== Task prompt ==
As the answer, set down the lines below from the one containing "#242=AXIS2_PLACEMENT_3D('',#182,#241,#130);" through the one containing "Rebuilt in FreeCAD, every", exactly and inclusively, and no others.

== Study material ==
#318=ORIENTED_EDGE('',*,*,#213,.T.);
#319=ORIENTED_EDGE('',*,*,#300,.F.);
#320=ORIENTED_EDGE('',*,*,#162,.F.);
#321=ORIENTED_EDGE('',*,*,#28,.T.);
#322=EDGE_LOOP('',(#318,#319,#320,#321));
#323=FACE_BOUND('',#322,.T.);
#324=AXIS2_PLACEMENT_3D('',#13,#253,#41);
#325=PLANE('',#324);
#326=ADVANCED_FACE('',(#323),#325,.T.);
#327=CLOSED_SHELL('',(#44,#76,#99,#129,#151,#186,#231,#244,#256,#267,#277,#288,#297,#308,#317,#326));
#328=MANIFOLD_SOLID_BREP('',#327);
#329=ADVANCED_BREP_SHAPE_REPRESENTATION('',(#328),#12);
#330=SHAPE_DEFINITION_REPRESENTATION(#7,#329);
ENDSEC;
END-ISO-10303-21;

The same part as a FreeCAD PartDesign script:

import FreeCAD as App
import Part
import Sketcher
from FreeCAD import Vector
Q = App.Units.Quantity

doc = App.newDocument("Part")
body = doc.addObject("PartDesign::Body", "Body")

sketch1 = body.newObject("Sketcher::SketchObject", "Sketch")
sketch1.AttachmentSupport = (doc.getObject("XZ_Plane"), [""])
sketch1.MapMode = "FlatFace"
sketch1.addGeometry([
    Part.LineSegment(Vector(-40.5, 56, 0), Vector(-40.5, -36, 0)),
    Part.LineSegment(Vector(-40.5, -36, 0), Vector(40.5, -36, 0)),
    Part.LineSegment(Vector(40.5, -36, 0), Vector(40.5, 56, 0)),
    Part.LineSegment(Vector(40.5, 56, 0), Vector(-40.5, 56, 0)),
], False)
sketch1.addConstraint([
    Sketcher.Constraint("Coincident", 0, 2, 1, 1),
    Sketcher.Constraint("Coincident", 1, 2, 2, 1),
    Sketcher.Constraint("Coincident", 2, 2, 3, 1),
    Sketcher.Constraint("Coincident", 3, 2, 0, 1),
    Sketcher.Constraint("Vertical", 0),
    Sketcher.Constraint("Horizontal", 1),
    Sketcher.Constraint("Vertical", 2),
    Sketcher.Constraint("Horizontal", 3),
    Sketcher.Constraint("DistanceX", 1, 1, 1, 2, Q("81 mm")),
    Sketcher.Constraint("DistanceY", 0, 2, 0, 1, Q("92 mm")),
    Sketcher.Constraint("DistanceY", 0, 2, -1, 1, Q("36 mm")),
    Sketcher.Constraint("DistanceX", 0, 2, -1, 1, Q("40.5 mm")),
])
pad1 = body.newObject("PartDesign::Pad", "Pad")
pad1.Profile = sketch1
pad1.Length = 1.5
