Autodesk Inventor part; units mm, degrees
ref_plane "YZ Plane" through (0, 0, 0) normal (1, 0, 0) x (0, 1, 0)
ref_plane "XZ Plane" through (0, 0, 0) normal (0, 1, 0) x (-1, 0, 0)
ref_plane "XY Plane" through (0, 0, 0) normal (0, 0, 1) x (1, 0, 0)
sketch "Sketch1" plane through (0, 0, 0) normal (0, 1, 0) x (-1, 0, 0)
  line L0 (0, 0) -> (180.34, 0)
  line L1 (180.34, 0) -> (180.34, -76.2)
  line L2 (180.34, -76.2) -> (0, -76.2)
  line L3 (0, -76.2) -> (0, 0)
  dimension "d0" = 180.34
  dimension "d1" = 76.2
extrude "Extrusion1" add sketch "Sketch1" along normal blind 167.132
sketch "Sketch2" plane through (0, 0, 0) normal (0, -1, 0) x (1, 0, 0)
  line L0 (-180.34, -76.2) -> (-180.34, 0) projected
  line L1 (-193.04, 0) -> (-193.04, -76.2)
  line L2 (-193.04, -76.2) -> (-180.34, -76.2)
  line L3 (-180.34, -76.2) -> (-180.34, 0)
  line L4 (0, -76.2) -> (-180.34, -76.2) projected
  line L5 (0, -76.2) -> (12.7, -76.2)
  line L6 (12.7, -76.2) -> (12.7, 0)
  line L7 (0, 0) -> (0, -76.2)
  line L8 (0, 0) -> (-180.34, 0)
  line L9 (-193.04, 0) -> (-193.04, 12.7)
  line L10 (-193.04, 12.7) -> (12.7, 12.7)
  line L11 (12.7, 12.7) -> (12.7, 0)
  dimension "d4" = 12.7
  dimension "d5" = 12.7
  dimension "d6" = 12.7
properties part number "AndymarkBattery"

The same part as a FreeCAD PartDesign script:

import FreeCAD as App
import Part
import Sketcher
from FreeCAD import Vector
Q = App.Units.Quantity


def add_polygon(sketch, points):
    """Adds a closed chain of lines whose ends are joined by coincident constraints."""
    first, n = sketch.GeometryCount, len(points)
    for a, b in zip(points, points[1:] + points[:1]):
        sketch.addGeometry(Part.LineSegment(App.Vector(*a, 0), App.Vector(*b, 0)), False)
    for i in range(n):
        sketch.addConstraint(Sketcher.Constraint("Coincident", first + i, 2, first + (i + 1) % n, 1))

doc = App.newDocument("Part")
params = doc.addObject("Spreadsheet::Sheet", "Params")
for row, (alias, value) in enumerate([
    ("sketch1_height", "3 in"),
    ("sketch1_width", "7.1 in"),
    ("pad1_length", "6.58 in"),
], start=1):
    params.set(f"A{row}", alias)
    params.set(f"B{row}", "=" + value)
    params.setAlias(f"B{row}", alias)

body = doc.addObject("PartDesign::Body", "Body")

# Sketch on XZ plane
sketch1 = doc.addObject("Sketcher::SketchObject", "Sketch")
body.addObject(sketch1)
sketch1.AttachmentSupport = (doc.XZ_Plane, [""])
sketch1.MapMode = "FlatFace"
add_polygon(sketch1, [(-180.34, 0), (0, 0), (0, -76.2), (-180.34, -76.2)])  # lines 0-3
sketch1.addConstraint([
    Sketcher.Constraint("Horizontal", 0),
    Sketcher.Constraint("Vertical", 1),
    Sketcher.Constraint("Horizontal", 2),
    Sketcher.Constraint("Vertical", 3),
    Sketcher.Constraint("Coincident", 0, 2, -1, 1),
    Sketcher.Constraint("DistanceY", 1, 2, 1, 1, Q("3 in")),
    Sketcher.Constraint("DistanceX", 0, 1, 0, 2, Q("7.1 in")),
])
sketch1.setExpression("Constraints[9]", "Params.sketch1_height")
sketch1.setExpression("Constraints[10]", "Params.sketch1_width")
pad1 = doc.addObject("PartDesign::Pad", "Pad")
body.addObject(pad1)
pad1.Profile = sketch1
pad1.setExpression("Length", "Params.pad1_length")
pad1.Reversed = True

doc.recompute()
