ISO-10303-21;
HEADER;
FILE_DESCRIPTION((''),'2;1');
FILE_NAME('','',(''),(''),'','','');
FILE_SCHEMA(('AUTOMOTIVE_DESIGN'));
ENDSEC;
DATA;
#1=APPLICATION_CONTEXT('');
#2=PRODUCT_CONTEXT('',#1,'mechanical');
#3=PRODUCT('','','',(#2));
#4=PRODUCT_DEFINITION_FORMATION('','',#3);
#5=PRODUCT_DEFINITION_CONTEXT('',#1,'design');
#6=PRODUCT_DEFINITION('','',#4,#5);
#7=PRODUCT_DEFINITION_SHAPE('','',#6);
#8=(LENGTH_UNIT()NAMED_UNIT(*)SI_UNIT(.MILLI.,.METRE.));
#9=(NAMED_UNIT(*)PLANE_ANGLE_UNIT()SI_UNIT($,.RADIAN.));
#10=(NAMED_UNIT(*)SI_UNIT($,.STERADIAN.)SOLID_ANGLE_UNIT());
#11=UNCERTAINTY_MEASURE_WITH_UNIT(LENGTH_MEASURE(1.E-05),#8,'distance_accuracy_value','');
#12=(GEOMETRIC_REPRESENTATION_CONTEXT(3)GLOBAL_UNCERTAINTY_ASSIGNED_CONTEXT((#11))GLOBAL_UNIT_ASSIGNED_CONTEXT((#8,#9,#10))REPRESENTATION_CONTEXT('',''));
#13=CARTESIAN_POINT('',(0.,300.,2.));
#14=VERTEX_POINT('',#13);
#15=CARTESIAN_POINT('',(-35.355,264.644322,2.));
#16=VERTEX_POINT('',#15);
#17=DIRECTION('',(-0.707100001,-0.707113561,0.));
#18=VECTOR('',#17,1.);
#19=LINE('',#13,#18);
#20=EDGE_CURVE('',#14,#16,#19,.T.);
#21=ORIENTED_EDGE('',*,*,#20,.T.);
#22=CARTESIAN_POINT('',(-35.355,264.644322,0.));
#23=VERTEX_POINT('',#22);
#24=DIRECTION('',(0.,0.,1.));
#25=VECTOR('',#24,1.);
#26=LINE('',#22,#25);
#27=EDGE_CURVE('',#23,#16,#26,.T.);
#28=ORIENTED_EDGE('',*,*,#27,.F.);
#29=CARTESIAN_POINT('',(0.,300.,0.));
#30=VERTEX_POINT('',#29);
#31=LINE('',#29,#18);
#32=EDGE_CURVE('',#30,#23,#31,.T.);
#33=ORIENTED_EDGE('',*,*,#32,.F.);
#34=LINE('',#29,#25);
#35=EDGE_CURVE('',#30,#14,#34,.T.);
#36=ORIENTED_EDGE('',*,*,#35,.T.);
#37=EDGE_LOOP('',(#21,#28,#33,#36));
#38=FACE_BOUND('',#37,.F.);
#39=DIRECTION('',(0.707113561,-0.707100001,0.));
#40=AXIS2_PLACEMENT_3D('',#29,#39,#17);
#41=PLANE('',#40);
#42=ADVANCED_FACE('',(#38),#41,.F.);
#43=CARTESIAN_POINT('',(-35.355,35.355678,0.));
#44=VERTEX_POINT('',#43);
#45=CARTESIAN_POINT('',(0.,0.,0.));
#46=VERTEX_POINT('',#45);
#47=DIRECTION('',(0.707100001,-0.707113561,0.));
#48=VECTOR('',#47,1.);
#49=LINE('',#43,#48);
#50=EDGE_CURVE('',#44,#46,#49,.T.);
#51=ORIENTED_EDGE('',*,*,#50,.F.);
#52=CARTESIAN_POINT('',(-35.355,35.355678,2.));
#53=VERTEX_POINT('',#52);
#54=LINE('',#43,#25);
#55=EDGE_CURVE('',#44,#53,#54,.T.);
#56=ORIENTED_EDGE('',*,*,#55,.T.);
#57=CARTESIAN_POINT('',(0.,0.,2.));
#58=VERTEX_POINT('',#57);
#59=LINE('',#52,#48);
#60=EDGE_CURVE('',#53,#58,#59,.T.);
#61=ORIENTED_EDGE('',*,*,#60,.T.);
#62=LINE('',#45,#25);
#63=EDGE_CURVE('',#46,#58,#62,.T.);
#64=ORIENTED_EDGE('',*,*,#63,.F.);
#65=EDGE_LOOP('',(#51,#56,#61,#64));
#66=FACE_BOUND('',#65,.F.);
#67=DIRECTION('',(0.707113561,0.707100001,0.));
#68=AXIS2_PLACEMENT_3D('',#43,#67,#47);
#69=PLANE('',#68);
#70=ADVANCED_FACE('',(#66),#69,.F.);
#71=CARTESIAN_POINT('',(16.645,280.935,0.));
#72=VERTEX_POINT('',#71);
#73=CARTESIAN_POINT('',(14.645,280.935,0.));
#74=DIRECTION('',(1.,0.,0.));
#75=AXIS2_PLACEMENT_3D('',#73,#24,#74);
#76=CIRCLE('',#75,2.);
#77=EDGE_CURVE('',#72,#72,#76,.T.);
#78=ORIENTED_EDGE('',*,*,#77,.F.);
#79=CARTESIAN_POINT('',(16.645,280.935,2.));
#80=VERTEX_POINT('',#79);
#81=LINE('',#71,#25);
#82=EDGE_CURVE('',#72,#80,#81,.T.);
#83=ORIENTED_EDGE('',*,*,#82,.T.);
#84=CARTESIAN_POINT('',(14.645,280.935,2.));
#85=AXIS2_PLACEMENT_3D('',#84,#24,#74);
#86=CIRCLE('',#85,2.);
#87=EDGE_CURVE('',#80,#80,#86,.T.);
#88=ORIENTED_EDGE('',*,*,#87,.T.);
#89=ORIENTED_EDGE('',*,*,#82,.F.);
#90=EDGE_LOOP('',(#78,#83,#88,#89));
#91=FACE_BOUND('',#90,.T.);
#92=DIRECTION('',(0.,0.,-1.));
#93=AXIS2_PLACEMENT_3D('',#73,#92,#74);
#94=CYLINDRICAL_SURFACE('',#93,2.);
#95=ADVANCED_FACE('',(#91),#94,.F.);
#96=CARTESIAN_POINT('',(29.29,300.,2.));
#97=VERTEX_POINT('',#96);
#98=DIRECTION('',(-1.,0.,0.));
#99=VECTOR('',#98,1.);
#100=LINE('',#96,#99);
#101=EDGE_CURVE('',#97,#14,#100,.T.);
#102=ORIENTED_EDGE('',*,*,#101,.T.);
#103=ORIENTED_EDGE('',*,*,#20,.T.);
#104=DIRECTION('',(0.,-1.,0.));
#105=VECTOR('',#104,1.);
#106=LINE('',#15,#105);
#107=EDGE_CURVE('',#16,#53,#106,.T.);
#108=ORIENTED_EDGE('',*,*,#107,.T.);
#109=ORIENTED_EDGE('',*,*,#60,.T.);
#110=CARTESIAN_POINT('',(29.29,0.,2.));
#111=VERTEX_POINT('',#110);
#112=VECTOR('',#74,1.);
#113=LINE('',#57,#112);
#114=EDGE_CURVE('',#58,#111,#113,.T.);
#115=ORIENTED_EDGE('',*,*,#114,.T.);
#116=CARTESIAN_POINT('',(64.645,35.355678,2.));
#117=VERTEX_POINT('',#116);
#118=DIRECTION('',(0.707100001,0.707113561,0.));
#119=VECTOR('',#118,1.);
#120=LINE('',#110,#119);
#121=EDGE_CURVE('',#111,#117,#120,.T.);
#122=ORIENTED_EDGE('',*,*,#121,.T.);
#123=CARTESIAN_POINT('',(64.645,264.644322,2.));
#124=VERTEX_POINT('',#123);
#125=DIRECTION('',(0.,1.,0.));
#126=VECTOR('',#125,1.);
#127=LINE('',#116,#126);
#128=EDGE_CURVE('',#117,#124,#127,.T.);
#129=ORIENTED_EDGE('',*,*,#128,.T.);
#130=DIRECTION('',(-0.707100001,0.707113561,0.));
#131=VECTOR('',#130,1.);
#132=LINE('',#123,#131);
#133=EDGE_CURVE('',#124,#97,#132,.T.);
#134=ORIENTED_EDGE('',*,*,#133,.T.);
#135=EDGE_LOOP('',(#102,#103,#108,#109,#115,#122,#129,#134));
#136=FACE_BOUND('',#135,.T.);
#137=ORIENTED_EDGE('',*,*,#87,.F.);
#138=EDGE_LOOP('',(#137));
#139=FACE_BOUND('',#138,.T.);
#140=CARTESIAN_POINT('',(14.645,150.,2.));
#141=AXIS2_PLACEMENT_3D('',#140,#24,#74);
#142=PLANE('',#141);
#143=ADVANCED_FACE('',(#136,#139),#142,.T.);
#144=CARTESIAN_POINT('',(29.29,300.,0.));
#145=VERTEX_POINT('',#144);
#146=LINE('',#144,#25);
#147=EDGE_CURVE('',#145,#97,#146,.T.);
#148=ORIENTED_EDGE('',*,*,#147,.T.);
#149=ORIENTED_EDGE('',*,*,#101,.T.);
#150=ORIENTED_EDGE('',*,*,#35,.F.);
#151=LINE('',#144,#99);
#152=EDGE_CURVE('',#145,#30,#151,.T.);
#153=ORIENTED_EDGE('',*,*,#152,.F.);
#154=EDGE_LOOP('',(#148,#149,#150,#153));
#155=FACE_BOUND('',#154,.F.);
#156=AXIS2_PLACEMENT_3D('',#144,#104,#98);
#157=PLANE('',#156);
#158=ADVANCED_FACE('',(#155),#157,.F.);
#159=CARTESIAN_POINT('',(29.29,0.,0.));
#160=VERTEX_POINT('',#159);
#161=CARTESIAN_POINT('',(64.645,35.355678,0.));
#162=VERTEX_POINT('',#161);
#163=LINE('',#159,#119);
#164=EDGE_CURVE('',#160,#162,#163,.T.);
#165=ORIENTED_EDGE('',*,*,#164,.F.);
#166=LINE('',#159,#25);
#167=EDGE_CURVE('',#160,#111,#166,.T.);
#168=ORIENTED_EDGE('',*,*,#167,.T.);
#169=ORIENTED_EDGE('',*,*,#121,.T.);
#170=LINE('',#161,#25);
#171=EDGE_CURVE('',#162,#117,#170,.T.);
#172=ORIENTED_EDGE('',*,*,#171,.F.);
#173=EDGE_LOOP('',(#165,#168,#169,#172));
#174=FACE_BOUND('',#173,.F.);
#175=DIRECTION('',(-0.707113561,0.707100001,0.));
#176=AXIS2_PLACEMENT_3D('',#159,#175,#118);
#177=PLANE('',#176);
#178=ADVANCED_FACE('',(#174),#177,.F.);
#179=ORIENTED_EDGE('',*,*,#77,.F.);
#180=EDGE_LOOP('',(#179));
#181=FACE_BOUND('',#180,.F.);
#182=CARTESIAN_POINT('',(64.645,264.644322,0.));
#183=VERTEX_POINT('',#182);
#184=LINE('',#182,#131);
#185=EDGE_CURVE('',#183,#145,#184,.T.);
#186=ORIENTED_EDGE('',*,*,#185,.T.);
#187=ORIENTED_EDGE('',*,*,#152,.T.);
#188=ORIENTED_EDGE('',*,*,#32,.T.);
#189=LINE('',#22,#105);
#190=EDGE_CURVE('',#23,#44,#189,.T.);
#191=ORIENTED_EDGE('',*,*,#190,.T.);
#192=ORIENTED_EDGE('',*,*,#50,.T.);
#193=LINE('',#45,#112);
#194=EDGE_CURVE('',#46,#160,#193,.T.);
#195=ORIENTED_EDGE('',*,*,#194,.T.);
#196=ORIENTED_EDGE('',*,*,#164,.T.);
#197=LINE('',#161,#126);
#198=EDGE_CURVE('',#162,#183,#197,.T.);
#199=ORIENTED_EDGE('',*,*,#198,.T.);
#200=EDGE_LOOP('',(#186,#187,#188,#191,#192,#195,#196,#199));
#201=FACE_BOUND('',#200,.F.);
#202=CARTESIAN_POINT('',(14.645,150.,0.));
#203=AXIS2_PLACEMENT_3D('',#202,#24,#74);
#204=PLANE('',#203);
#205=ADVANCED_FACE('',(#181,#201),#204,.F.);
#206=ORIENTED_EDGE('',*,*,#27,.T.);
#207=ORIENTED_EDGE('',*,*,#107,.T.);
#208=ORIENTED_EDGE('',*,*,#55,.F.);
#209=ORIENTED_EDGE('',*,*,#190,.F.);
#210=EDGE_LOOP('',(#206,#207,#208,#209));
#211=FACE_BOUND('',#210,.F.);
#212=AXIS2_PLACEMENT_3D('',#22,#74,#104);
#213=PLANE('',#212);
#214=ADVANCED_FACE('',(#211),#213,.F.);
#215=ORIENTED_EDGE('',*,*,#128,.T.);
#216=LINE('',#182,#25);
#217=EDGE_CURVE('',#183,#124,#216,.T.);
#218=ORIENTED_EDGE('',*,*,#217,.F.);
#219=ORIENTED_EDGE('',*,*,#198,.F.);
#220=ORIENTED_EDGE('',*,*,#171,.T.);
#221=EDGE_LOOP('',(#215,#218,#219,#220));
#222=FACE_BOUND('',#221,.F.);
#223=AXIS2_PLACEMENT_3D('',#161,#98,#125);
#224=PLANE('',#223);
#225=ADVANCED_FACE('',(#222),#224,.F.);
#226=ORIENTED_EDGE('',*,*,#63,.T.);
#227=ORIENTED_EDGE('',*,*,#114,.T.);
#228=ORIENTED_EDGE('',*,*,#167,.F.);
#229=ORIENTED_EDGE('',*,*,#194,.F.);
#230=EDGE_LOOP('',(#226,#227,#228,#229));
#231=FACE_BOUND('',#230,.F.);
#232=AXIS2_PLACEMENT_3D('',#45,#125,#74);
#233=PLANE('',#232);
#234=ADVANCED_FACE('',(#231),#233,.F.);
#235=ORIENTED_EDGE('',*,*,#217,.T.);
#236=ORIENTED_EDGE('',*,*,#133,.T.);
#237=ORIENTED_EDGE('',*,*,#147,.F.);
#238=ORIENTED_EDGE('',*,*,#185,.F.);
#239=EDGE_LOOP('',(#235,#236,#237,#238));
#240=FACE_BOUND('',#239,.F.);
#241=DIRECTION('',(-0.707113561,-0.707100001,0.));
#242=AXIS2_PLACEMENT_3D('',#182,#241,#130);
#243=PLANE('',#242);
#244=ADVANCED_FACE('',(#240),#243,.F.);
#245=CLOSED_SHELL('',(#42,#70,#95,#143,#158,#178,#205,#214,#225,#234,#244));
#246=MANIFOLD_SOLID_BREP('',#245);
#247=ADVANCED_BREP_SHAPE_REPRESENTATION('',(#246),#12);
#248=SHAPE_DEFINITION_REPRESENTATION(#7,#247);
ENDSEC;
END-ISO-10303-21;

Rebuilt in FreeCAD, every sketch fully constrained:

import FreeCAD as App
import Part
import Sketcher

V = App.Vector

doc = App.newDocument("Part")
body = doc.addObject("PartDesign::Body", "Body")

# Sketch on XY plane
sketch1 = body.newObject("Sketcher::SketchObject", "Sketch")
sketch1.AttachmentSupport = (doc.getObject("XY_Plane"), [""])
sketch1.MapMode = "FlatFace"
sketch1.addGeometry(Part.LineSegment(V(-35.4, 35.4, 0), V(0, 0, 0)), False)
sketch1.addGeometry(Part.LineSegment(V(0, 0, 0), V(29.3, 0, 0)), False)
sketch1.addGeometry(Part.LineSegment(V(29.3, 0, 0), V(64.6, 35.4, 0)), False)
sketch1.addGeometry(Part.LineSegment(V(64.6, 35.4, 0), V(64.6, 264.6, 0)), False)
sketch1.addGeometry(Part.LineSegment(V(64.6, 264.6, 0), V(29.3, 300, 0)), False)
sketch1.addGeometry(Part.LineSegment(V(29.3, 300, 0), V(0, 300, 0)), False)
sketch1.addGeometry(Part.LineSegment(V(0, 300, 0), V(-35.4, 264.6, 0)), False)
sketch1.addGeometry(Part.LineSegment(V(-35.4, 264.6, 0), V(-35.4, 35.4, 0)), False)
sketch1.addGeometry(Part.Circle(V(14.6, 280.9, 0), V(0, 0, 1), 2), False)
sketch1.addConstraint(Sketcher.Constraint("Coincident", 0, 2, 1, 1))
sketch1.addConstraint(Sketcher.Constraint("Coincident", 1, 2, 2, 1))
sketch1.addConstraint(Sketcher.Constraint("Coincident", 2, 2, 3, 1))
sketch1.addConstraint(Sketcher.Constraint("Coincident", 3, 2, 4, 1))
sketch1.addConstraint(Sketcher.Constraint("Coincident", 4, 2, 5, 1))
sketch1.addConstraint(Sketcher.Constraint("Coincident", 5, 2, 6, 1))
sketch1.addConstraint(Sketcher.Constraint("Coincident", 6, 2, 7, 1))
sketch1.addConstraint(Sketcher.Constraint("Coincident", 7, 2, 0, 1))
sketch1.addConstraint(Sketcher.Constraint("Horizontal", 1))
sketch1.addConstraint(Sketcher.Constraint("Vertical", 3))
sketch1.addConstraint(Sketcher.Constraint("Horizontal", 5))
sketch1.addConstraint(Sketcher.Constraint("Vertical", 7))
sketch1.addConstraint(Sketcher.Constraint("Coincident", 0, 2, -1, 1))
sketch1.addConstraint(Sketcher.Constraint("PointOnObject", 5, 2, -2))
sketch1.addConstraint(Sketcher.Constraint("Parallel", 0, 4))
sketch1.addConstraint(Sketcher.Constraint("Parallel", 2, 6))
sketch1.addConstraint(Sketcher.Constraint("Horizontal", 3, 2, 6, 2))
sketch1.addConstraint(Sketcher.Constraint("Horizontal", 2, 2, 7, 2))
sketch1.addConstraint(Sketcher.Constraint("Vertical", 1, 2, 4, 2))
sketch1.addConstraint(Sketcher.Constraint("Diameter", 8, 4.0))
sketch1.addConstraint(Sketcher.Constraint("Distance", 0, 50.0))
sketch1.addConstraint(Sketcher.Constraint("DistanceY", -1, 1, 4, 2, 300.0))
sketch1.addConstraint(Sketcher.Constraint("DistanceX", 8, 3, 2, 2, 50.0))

== Result ==
#242=AXIS2_PLACEMENT_3D('',#182,#241,#130);
#243=PLANE('',#242);
#244=ADVANCED_FACE('',(#240),#243,.F.);
#245=CLOSED_SHELL('',(#42,#70,#95,#143,#158,#178,#205,#214,#225,#234,#244));
#246=MANIFOLD_SOLID_BREP('',#245);
#247=ADVANCED_BREP_SHAPE_REPRESENTATION('',(#246),#12);
#248=SHAPE_DEFINITION_REPRESENTATION(#7,#247);
ENDSEC;
END-ISO-10303-21;

Rebuilt in FreeCAD, every sketch fully constrained:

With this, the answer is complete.